Of all my trips to Mogadishu, this was the least eventful. There were dancers like those who received me in Garowe, no running across the terminal like the last time I was there.

That said, however, I took a picture in a restricted street. The guard saw and almost ate me and my phone whole. We, that is, I and my colleagues from Somalia were able to convince him there was no ill intent. We deleted the one picture and I was left to go on with my business. Mental note: no taking photos left and right.

There was an explosion near my hotel. No, I wasn’t hurt.


I like the mosque coming up in the foreground

I think this was dusk at the beach

how not to take a picture

who would have thought the beach is this full of life

no good travel blog ends without food

view from somewhere to the airport

here is where to buy your tickets

tuk tuks are everywhere

from Mogadishu with love

First, a disclaimer. I am not a story teller. That position is held by the likes of Tish and Ark. I don’t think it is even possible to train me to be a story teller. The saying you cannot teach an old dog new tricks must have been said with me in mind. And so, I own that saying. Having made the above declaration, we can now go ahead with my retelling of my trip to Mogadishu.

The airline we flew to Mogadishu, must, as was observed by my colleague, have a contract with a funeral home. We flew an EMB 120, which felt and looked liked it was the first to be made for commercial flights and when the many owners got tired of operating it, African Express discovered in a plane junkyard and put it back together. However, to their credit, the crew managed to take us smoothly to Somalia. I slept most of the trip and when I was not sleeping, I was reading or eating or drinking something.

There was no incident at immigration, thank goodness.

Now, I don’t know about you, but for $150 in Kenya, a taxi could take you for a journey across counties, say Nairobi to Nakuru and back and if you were to hire a car, that would be sufficient for two day hire and fuel to and fro Kisumu. And if it is one of these Toyota cars that flood our market that seem to only smell fuel, you could save some money for simple accommodation on the way. If you are in Mogadishu, that’t the fare from the airport to a hotel 300m away, no kidding.

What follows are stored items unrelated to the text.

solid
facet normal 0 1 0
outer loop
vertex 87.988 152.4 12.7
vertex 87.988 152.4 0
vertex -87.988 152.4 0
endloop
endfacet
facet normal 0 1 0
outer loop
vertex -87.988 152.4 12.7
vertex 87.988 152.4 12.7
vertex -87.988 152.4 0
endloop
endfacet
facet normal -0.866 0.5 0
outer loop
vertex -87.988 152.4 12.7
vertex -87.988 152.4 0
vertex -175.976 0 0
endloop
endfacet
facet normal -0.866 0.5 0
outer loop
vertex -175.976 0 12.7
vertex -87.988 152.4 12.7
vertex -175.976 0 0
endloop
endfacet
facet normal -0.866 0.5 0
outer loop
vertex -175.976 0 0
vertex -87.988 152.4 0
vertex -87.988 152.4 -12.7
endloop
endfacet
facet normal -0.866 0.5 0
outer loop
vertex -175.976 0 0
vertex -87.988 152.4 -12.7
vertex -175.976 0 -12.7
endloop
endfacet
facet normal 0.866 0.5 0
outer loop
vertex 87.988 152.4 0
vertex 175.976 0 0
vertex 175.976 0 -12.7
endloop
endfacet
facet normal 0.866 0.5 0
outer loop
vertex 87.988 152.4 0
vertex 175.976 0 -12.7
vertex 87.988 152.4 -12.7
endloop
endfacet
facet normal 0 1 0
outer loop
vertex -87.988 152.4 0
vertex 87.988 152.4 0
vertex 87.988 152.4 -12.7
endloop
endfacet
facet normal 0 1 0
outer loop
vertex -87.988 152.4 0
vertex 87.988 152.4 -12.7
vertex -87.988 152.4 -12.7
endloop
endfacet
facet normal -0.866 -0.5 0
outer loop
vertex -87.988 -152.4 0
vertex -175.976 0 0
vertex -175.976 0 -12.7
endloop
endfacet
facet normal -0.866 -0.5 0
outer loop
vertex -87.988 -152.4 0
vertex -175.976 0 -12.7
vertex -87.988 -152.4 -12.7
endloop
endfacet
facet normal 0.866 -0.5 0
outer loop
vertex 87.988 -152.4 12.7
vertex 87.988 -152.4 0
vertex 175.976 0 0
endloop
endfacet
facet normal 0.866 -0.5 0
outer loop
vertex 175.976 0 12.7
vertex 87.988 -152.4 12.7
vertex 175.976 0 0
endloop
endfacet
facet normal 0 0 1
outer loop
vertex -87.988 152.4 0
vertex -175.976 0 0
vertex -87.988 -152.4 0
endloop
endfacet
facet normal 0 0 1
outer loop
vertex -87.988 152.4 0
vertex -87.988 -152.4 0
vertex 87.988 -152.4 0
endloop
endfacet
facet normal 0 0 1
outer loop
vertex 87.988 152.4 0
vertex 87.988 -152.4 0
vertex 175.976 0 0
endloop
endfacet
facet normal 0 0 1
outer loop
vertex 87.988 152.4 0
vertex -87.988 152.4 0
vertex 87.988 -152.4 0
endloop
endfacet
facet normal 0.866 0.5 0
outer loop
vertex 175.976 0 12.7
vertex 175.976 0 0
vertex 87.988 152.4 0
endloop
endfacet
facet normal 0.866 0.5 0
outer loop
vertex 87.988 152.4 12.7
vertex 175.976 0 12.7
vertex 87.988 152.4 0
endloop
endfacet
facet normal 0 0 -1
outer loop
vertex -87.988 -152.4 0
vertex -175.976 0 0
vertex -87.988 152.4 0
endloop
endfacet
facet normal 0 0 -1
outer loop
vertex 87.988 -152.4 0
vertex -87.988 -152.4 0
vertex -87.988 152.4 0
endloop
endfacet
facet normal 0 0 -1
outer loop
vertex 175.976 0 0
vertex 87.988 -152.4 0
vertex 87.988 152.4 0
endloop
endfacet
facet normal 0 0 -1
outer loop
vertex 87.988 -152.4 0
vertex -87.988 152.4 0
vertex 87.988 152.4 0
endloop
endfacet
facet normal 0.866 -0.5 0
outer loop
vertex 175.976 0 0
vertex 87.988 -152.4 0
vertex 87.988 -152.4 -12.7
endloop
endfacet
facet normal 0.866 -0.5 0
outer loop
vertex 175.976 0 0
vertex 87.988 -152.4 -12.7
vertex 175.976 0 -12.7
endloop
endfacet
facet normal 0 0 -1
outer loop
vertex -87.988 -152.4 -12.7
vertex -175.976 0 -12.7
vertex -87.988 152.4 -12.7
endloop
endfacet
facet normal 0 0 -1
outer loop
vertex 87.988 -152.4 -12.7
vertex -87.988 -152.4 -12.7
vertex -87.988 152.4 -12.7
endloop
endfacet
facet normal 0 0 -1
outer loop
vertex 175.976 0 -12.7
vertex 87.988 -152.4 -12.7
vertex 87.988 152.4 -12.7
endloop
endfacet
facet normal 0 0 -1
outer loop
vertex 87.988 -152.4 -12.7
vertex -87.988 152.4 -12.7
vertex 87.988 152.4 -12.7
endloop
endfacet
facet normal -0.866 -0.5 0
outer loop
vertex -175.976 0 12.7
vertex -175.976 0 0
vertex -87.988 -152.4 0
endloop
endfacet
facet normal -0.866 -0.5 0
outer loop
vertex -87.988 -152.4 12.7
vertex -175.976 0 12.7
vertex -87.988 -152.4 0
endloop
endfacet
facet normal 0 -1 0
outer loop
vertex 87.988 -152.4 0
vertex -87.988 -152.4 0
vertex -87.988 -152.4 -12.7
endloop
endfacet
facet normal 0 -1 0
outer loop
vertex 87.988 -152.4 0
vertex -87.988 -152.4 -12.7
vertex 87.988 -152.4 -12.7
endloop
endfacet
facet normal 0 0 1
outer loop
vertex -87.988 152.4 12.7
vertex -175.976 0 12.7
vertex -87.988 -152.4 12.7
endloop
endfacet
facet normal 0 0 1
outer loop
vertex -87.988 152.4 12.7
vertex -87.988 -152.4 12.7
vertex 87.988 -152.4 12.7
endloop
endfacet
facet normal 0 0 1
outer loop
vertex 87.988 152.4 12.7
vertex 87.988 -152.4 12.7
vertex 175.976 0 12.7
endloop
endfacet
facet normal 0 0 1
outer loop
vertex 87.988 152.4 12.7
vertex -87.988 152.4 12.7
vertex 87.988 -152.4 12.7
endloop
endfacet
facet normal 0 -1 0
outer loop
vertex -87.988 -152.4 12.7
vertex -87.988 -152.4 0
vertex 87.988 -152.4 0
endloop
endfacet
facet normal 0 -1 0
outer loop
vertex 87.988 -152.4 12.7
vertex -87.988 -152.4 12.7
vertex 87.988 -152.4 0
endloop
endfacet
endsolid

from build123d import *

# Parameters (mm, degrees)
F1_DEPTH = 12.7
F2_DEPTH = 12.7


with BuildPart() as f1:
    # F0 (on Top) → F1 (new body)
    with BuildSketch(Plane.XY):
        with BuildLine():
            ThreePointArc((131.9822715367, -76.2), (147.2070959265, -39.4440224736), (152.4, 0))
            ThreePointArc((152.4, 0), (147.2070959265, 39.4440224736), (131.9822715367, 76.2))
            ThreePointArc((131.9822715367, 76.2), (76.2, 131.9822715367), (0, 152.4))
            ThreePointArc((0, 152.4), (-76.2, 131.9822715367), (-131.9822715367, 76.2))
            ThreePointArc((-131.9822715367, 76.2), (-152.4, 0), (-131.9822715367, -76.2))
            ThreePointArc((-131.9822715367, -76.2), (-76.2, -131.9822715367), (0, -152.4))
            ThreePointArc((0, -152.4), (76.2, -131.9822715367), (131.9822715367, -76.2))
        make_face()
        with BuildLine():
            Line((-87.9881810245, -152.4), (0, -152.4))
            ThreePointArc((0, -152.4), (-76.2, -131.9822715367), (-131.9822715367, -76.2))
            Line((-131.9822715367, -76.2), (-87.9881810245, -152.4))
        make_face()
        with BuildLine():
            ThreePointArc((-131.9822715367, -76.2), (-152.4, 0), (-131.9822715367, 76.2))
            Line((-131.9822715367, 76.2), (-175.976362049, 0))
            Line((-175.976362049, 0), (-131.9822715367, -76.2))
        make_face()
        with BuildLine():
            ThreePointArc((-131.9822715367, 76.2), (-76.2, 131.9822715367), (0, 152.4))
            Line((0, 152.4), (-86.7521613836, 152.4))
            Line((-86.7521613836, 152.4), (-87.9881810245, 152.4))
            Line((-87.9881810245, 152.4), (-131.9822715367, 76.2))
        make_face()
        with BuildLine():
            ThreePointArc((0, 152.4), (76.2, 131.9822715367), (131.9822715367, 76.2))
            Line((131.9822715367, 76.2), (87.9881810245, 152.4))
            Line((87.9881810245, 152.4), (0, 152.4))
        make_face()
        with BuildLine():
            ThreePointArc((131.9822715367, 76.2), (147.2070959265, 39.4440224736), (152.4, 0))
            ThreePointArc((152.4, 0), (147.2070959265, -39.4440224736), (131.9822715367, -76.2))
            Line((131.9822715367, -76.2), (175.976362049, 0))
            Line((175.976362049, 0), (131.9822715367, 76.2))
        make_face()
        with BuildLine():
            Line((87.9881810245, -152.4), (131.9822715367, -76.2))
            ThreePointArc((131.9822715367, -76.2), (76.2, -131.9822715367), (0, -152.4))
            Line((0, -152.4), (87.9881810245, -152.4))
        make_face()
    extrude(amount=F1_DEPTH)


with BuildPart() as f2:
    # F0 (on Top) → F2 (new body)
    with BuildSketch(Plane.XY):
        with BuildLine():
            ThreePointArc((131.9822715367, -76.2), (147.2070959265, -39.4440224736), (152.4, 0))
            ThreePointArc((152.4, 0), (147.2070959265, 39.4440224736), (131.9822715367, 76.2))
            ThreePointArc((131.9822715367, 76.2), (76.2, 131.9822715367), (0, 152.4))
            ThreePointArc((0, 152.4), (-76.2, 131.9822715367), (-131.9822715367, 76.2))
            ThreePointArc((-131.9822715367, 76.2), (-152.4, 0), (-131.9822715367, -76.2))
            ThreePointArc((-131.9822715367, -76.2), (-76.2, -131.9822715367), (0, -152.4))
            ThreePointArc((0, -152.4), (76.2, -131.9822715367), (131.9822715367, -76.2))
        make_face()
        with BuildLine():
            ThreePointArc((-131.9822715367, -76.2), (-152.4, 0), (-131.9822715367, 76.2))
            Line((-131.9822715367, 76.2), (-175.976362049, 0))
            Line((-175.976362049, 0), (-131.9822715367, -76.2))
        make_face()
        with BuildLine():
            ThreePointArc((-131.9822715367, 76.2), (-76.2, 131.9822715367), (0, 152.4))
            Line((0, 152.4), (-86.7521613836, 152.4))
            Line((-86.7521613836, 152.4), (-87.9881810245, 152.4))
            Line((-87.9881810245, 152.4), (-131.9822715367, 76.2))
        make_face()
        with BuildLine():
            ThreePointArc((0, 152.4), (76.2, 131.9822715367), (131.9822715367, 76.2))
            Line((131.9822715367, 76.2), (87.9881810245, 152.4))
            Line((87.9881810245, 152.4), (0, 152.4))
        make_face()
        with BuildLine():
            ThreePointArc((131.9822715367, 76.2), (147.2070959265, 39.4440224736), (152.4, 0))
            ThreePointArc((152.4, 0), (147.2070959265, -39.4440224736), (131.9822715367, -76.2))
            Line((131.9822715367, -76.2), (175.976362049, 0))
            Line((175.976362049, 0), (131.9822715367, 76.2))
        make_face()
        with BuildLine():
            Line((87.9881810245, -152.4), (131.9822715367, -76.2))
            ThreePointArc((131.9822715367, -76.2), (76.2, -131.9822715367), (0, -152.4))
            Line((0, -152.4), (87.9881810245, -152.4))
        make_face()
        with BuildLine():
            Line((-87.9881810245, -152.4), (0, -152.4))
            ThreePointArc((0, -152.4), (-76.2, -131.9822715367), (-131.9822715367, -76.2))
            Line((-131.9822715367, -76.2), (-87.9881810245, -152.4))
        make_face()
    extrude(amount=-F2_DEPTH)


solid = Compound([f1.part, f2.part])
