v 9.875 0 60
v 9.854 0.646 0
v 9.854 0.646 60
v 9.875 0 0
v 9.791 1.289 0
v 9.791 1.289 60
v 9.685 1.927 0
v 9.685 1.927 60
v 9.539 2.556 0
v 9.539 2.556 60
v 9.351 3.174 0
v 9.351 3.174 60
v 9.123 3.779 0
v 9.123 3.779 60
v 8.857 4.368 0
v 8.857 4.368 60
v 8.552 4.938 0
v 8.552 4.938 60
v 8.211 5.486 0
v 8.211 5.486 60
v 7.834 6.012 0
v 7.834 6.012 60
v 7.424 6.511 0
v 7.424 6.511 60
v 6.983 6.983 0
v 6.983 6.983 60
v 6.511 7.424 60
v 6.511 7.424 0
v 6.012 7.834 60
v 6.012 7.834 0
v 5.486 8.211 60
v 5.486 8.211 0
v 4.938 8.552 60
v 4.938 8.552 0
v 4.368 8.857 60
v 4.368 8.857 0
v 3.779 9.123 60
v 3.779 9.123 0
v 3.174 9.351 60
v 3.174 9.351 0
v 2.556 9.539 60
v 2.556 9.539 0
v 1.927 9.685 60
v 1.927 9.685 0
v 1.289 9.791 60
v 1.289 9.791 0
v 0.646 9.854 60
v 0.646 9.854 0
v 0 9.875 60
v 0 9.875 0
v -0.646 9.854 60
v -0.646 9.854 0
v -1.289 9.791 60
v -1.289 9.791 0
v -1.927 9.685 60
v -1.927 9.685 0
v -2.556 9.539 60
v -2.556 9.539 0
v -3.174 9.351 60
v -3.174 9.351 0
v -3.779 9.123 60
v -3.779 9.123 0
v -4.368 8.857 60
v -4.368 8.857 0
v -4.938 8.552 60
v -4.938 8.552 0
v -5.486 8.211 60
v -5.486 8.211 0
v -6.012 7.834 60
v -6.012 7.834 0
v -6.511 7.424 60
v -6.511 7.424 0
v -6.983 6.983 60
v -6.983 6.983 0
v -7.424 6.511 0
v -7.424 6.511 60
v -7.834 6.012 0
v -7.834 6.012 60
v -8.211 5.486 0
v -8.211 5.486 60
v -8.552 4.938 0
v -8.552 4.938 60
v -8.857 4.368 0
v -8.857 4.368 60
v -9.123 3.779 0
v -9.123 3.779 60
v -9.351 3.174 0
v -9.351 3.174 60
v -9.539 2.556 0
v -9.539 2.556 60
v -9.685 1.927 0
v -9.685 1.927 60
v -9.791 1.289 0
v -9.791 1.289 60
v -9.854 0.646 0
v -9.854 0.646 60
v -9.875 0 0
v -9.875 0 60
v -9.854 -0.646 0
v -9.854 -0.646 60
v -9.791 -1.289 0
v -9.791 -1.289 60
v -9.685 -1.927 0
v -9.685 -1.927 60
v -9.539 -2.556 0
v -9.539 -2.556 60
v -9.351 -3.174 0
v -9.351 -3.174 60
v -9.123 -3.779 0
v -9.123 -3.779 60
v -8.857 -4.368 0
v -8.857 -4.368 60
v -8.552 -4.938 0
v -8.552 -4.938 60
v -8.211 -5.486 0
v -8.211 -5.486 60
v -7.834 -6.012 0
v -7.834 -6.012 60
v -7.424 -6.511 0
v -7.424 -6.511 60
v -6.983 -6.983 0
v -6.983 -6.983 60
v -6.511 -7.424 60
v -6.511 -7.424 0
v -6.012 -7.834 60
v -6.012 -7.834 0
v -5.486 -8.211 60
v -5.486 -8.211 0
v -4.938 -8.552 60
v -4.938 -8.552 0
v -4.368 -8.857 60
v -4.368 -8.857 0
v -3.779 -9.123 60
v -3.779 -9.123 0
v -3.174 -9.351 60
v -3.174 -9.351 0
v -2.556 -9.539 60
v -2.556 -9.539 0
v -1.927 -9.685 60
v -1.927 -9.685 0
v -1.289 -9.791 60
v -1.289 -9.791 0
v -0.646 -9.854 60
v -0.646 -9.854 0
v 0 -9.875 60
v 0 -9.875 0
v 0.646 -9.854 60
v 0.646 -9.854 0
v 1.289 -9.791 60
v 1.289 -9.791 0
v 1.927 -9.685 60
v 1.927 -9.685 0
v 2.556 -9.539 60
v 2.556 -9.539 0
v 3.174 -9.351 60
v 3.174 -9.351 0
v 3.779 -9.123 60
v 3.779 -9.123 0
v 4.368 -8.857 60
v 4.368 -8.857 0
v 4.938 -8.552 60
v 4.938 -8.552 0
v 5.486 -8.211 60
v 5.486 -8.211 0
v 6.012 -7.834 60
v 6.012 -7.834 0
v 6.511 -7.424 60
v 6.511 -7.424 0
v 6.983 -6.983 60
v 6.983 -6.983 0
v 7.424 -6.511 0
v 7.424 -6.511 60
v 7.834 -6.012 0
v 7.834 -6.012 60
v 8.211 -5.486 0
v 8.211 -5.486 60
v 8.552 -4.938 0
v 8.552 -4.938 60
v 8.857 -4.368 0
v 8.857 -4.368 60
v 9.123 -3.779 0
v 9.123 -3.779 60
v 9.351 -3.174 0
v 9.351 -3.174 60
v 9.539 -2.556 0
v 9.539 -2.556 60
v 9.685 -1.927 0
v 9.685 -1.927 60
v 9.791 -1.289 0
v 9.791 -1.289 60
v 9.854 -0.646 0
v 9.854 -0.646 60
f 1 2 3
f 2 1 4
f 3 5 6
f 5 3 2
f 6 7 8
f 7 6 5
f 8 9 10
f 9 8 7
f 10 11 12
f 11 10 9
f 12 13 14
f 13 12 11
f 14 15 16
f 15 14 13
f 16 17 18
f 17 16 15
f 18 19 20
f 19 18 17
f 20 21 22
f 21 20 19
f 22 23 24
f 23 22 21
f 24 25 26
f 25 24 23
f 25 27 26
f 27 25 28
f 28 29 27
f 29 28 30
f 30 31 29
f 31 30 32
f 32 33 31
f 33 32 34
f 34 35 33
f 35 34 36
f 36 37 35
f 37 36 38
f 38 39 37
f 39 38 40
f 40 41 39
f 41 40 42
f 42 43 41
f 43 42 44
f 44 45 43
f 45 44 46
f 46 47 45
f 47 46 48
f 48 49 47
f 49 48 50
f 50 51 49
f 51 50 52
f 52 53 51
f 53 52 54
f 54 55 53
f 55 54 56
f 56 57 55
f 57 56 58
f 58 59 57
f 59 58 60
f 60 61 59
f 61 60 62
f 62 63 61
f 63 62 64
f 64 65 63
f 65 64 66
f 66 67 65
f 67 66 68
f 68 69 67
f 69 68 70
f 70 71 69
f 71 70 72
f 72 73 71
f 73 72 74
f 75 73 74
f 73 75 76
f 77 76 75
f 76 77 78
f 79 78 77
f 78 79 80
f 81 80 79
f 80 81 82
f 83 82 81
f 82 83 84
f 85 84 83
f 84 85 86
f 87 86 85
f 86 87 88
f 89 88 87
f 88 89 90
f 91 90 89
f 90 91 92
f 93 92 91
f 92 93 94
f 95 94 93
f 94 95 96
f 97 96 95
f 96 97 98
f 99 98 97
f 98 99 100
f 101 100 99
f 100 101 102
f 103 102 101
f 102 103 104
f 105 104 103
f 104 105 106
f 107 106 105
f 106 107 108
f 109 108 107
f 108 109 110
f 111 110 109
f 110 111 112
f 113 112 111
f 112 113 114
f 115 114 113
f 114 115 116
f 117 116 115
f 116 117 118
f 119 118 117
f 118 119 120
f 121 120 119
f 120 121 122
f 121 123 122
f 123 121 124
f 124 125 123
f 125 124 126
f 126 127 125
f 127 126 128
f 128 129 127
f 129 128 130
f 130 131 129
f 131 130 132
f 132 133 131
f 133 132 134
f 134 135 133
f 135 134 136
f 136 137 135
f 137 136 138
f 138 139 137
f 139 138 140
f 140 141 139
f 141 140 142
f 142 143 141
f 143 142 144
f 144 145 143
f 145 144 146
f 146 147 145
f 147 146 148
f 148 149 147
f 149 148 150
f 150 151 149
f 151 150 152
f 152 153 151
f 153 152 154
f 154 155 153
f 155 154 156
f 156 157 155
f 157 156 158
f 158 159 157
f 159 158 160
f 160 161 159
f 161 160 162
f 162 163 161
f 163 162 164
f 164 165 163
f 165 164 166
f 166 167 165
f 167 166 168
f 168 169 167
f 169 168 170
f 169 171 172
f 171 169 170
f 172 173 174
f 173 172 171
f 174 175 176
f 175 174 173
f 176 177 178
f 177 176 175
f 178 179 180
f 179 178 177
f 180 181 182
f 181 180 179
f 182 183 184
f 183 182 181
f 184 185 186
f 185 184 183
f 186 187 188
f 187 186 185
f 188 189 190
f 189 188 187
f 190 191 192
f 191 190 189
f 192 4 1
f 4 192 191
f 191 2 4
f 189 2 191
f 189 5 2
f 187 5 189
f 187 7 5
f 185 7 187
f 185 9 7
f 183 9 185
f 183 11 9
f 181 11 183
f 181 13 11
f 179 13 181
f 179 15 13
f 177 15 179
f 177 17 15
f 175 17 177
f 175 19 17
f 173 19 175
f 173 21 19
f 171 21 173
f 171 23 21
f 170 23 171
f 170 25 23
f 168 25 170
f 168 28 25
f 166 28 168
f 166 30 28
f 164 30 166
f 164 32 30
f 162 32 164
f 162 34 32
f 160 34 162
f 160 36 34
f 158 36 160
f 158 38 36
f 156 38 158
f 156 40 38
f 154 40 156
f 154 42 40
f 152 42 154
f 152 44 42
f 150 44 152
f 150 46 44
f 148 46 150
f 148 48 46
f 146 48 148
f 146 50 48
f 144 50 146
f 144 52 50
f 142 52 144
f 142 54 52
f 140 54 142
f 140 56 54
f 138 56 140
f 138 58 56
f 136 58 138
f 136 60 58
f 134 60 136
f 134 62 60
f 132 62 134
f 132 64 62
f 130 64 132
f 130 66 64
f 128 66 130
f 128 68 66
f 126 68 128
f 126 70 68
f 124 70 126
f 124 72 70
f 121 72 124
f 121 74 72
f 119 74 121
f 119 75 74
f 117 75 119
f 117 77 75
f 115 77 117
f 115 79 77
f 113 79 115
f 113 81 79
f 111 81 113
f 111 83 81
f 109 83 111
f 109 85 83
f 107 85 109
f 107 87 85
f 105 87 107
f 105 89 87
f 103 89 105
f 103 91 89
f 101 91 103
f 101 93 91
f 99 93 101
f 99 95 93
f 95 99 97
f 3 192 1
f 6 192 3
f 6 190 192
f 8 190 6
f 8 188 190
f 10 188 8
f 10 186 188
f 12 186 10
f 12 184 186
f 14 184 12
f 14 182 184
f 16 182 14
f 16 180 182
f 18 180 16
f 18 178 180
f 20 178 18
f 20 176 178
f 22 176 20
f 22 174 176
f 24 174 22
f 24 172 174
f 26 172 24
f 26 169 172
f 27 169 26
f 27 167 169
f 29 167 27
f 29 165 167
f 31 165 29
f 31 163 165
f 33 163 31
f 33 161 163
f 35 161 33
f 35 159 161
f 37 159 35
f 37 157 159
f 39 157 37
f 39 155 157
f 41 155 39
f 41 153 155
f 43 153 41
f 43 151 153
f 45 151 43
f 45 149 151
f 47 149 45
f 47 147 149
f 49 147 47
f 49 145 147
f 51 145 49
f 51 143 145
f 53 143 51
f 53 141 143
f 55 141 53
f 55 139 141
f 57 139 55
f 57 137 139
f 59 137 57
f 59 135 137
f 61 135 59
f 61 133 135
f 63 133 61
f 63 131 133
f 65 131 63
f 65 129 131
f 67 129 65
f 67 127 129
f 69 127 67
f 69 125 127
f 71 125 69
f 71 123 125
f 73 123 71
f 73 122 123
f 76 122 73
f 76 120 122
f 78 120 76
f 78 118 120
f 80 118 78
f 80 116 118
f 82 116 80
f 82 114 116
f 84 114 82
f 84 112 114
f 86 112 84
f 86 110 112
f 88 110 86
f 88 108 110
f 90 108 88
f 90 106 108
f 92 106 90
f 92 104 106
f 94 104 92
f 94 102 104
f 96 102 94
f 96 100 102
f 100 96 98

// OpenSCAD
footLength = 25;
connectDiameter = 19.75;
standDiameter = 12;
connectorLength = 60;

foot = 0;

$fn = 96;

if (foot) {
    cylinder(d1=connectDiameter,d2=standDiameter,h=footLength);
}
else {
    cylinder(d=connectDiameter,h=connectorLength);
}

That’s the boring part. The interesting part is we were picked up in an armored car, with an outrider and chase car. At the hotel, we had the option of wearing bullet proof vests, an opportunity I let pass. They looked too heavy, the heat quite a lot and I don’t think there was anyone who would want to kidnap a broke ass Kenyan who the government may not even miss. So we drove through backstreets and main roads like we owned the place, a feeling I am yet to place. Sometimes they even drove on the wrong side of the road if traffic was slow, it felt like being VIP, or maybe they were trying to justify the $1200 fee we were going to pay at the end.

For $150 a night hotel, we got cold showers. There was the option for no water in the room, though my friend refused that and had to be moved to a smaller room. While I had water, the amount paid meant the shower does no drain. I didn’t ask if there were additional charges for working sanitary fittings, maybe for the next trip.

I think electrical engineers and electricians in Mogadishu need a few lessons on how hotel guests use rooms. For $150, I want a bedside lamp, a ceiling rose not a fluorescent light bulb.

To their credit, they serve very good tea. Their breakfast is hopeless, I mean, really hopeless.

For this trip, I will not mention the two times my bag was searched by a dog, first as you enter the terminal and second in the departure lounge just before boarding. It’s called not taking chances with your security.

A travel report is not complete without pictures, or as they say in our cycling group, if it is not on strava, it didn’t happen.

and you can see the communication tower at the airport from the hotel

beautiful blue sky from the hotel rooftop

for $150 we spell the way we want

how else do you know you are safe? the key and all spares to the main door are seen here hanging

my $150 room

in other places, the hotel gives you one key and a tag with your room number, in other places, they give you all the keys!